*Problem statement*:
Within the records below, reproduce without change the lines from the line that has "#192=ORIENTED_EDGE('',*,*,#116,.T.);" through the line that has "#213=EDGE_CURVE('',#121,#202,#212,.T.);", and only those.

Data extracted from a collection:
=-=-=-=-=

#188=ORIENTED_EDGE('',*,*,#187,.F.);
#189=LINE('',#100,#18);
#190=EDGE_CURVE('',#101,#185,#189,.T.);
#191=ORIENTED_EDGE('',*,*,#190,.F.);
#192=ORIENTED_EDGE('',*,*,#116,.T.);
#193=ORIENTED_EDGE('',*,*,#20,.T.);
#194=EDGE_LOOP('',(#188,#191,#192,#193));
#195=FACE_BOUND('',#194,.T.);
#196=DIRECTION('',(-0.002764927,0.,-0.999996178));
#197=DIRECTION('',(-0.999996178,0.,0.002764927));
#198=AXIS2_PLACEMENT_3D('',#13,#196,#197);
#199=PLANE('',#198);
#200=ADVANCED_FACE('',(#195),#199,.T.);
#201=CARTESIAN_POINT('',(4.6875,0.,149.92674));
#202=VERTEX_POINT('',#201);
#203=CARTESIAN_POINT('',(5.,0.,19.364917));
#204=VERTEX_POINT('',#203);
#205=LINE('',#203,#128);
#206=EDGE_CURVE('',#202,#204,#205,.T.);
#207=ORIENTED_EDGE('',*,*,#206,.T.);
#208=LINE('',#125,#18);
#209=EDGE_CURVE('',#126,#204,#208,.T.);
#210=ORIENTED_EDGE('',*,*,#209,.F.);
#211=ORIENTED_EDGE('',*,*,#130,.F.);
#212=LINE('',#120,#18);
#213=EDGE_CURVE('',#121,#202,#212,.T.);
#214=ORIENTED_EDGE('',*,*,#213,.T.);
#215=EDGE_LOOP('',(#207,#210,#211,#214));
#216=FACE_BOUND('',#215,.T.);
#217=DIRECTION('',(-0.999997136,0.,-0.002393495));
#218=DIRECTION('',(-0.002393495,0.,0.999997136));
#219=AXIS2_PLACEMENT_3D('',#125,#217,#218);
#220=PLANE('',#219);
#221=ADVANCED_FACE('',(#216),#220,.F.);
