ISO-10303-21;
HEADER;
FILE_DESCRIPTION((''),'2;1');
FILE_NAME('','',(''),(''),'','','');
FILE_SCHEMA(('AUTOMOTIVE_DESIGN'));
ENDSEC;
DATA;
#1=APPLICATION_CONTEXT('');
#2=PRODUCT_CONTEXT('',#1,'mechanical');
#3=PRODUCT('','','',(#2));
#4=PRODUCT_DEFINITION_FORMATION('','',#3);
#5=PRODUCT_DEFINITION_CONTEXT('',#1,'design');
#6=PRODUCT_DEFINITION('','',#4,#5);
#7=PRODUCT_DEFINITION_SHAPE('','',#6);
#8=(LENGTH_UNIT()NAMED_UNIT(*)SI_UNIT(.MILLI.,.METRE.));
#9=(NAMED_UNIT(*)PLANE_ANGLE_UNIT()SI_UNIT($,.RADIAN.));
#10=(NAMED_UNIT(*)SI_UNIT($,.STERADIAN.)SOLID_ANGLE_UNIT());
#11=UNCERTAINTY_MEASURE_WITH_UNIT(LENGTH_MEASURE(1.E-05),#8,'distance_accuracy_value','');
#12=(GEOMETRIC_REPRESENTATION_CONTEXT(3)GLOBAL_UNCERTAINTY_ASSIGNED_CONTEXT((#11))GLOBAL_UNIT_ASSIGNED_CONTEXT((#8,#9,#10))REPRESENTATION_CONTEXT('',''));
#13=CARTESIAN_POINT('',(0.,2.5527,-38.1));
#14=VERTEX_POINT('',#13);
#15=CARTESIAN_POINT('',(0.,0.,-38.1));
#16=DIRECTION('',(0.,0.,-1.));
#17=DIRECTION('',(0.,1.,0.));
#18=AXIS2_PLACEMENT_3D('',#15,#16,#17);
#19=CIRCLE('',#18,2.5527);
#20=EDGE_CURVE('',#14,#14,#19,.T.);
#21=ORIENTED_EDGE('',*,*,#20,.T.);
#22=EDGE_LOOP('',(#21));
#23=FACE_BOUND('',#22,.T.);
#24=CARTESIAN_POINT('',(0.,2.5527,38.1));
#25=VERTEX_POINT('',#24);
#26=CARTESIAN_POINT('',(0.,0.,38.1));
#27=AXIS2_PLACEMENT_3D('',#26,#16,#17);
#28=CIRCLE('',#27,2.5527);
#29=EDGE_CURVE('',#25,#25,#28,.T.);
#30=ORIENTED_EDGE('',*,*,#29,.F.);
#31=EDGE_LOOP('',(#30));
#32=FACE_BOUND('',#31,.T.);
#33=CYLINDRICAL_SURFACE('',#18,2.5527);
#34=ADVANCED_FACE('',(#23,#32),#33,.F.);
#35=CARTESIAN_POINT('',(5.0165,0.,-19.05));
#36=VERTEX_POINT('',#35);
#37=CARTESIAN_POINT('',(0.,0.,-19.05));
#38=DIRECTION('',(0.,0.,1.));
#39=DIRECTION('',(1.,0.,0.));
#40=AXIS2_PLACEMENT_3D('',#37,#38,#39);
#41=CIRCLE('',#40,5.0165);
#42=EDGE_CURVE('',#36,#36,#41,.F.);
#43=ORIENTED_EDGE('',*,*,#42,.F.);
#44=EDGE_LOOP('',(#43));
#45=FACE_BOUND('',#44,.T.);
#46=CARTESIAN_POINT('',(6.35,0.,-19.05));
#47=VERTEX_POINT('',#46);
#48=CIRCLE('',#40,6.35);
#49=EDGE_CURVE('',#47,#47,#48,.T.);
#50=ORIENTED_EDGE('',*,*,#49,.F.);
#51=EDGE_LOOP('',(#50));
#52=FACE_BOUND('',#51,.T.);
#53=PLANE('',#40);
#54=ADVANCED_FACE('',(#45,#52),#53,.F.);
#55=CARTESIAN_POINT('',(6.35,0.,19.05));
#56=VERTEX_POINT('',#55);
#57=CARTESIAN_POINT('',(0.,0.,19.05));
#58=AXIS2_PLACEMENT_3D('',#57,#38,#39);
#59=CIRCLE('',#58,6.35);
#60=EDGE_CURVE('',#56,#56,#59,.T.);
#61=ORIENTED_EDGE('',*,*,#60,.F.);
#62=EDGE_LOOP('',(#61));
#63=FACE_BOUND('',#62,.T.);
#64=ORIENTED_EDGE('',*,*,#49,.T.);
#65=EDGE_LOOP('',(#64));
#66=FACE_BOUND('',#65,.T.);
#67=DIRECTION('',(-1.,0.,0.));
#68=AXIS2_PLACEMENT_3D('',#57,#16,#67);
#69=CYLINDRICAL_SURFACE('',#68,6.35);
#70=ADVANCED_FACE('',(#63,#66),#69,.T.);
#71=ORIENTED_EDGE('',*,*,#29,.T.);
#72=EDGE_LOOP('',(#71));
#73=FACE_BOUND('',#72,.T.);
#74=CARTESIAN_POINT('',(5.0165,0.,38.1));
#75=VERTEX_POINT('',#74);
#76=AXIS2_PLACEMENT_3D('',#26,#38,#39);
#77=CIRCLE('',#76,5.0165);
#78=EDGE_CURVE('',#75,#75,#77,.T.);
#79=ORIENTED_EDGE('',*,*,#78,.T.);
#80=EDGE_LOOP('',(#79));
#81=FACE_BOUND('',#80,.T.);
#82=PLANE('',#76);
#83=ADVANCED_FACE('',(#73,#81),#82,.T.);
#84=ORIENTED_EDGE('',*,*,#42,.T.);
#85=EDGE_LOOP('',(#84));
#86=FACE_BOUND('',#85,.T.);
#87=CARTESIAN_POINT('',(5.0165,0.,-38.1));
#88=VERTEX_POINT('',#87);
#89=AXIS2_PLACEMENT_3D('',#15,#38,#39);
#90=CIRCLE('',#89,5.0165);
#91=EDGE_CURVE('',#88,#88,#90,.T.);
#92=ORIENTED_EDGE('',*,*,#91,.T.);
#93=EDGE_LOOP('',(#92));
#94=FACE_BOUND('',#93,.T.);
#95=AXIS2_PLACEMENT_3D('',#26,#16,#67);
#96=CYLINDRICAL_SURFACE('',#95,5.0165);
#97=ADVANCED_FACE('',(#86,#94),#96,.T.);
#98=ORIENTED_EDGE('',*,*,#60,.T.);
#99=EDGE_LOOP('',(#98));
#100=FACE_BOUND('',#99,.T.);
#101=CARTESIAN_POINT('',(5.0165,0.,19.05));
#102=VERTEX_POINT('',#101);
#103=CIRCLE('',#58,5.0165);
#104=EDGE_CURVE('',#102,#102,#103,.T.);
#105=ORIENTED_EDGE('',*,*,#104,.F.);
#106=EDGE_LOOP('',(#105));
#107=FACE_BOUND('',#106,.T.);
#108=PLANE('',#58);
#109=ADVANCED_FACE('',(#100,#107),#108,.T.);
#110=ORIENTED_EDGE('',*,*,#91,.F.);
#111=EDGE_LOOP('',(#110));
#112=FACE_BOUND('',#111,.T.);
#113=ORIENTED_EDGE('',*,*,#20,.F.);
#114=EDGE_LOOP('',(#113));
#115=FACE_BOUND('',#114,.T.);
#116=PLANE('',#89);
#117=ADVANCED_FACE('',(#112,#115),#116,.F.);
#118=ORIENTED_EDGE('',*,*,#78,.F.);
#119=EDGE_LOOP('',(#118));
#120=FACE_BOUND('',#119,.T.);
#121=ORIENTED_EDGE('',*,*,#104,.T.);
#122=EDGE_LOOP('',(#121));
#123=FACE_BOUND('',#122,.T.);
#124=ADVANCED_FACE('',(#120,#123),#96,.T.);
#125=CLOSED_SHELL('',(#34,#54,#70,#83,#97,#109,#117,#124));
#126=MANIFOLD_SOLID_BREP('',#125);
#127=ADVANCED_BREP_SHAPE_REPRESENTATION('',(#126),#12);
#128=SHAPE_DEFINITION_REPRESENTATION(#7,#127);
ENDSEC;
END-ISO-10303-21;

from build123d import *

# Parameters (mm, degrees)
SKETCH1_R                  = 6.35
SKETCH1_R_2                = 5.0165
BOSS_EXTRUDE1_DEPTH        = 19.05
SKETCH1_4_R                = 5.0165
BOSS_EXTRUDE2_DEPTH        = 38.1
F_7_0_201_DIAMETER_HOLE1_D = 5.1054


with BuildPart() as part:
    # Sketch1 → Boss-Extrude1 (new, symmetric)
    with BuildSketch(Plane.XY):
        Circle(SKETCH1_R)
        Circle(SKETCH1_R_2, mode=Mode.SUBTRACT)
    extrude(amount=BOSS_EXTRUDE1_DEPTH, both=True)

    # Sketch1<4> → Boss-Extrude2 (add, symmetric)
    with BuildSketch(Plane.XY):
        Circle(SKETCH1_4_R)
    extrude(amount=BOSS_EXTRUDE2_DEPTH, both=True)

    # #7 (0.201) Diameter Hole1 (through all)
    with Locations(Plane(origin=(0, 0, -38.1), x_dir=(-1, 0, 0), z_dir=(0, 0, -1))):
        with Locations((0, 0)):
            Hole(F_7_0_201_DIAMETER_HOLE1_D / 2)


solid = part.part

=-=-=-=-=

*Expected output*:
#192=ORIENTED_EDGE('',*,*,#116,.T.);
#193=ORIENTED_EDGE('',*,*,#20,.T.);
#194=EDGE_LOOP('',(#188,#191,#192,#193));
#195=FACE_BOUND('',#194,.T.);
#196=DIRECTION('',(-0.002764927,0.,-0.999996178));
#197=DIRECTION('',(-0.999996178,0.,0.002764927));
#198=AXIS2_PLACEMENT_3D('',#13,#196,#197);
#199=PLANE('',#198);
#200=ADVANCED_FACE('',(#195),#199,.T.);
#201=CARTESIAN_POINT('',(4.6875,0.,149.92674));
#202=VERTEX_POINT('',#201);
#203=CARTESIAN_POINT('',(5.,0.,19.364917));
#204=VERTEX_POINT('',#203);
#205=LINE('',#203,#128);
#206=EDGE_CURVE('',#202,#204,#205,.T.);
#207=ORIENTED_EDGE('',*,*,#206,.T.);
#208=LINE('',#125,#18);
#209=EDGE_CURVE('',#126,#204,#208,.T.);
#210=ORIENTED_EDGE('',*,*,#209,.F.);
#211=ORIENTED_EDGE('',*,*,#130,.F.);
#212=LINE('',#120,#18);
#213=EDGE_CURVE('',#121,#202,#212,.T.);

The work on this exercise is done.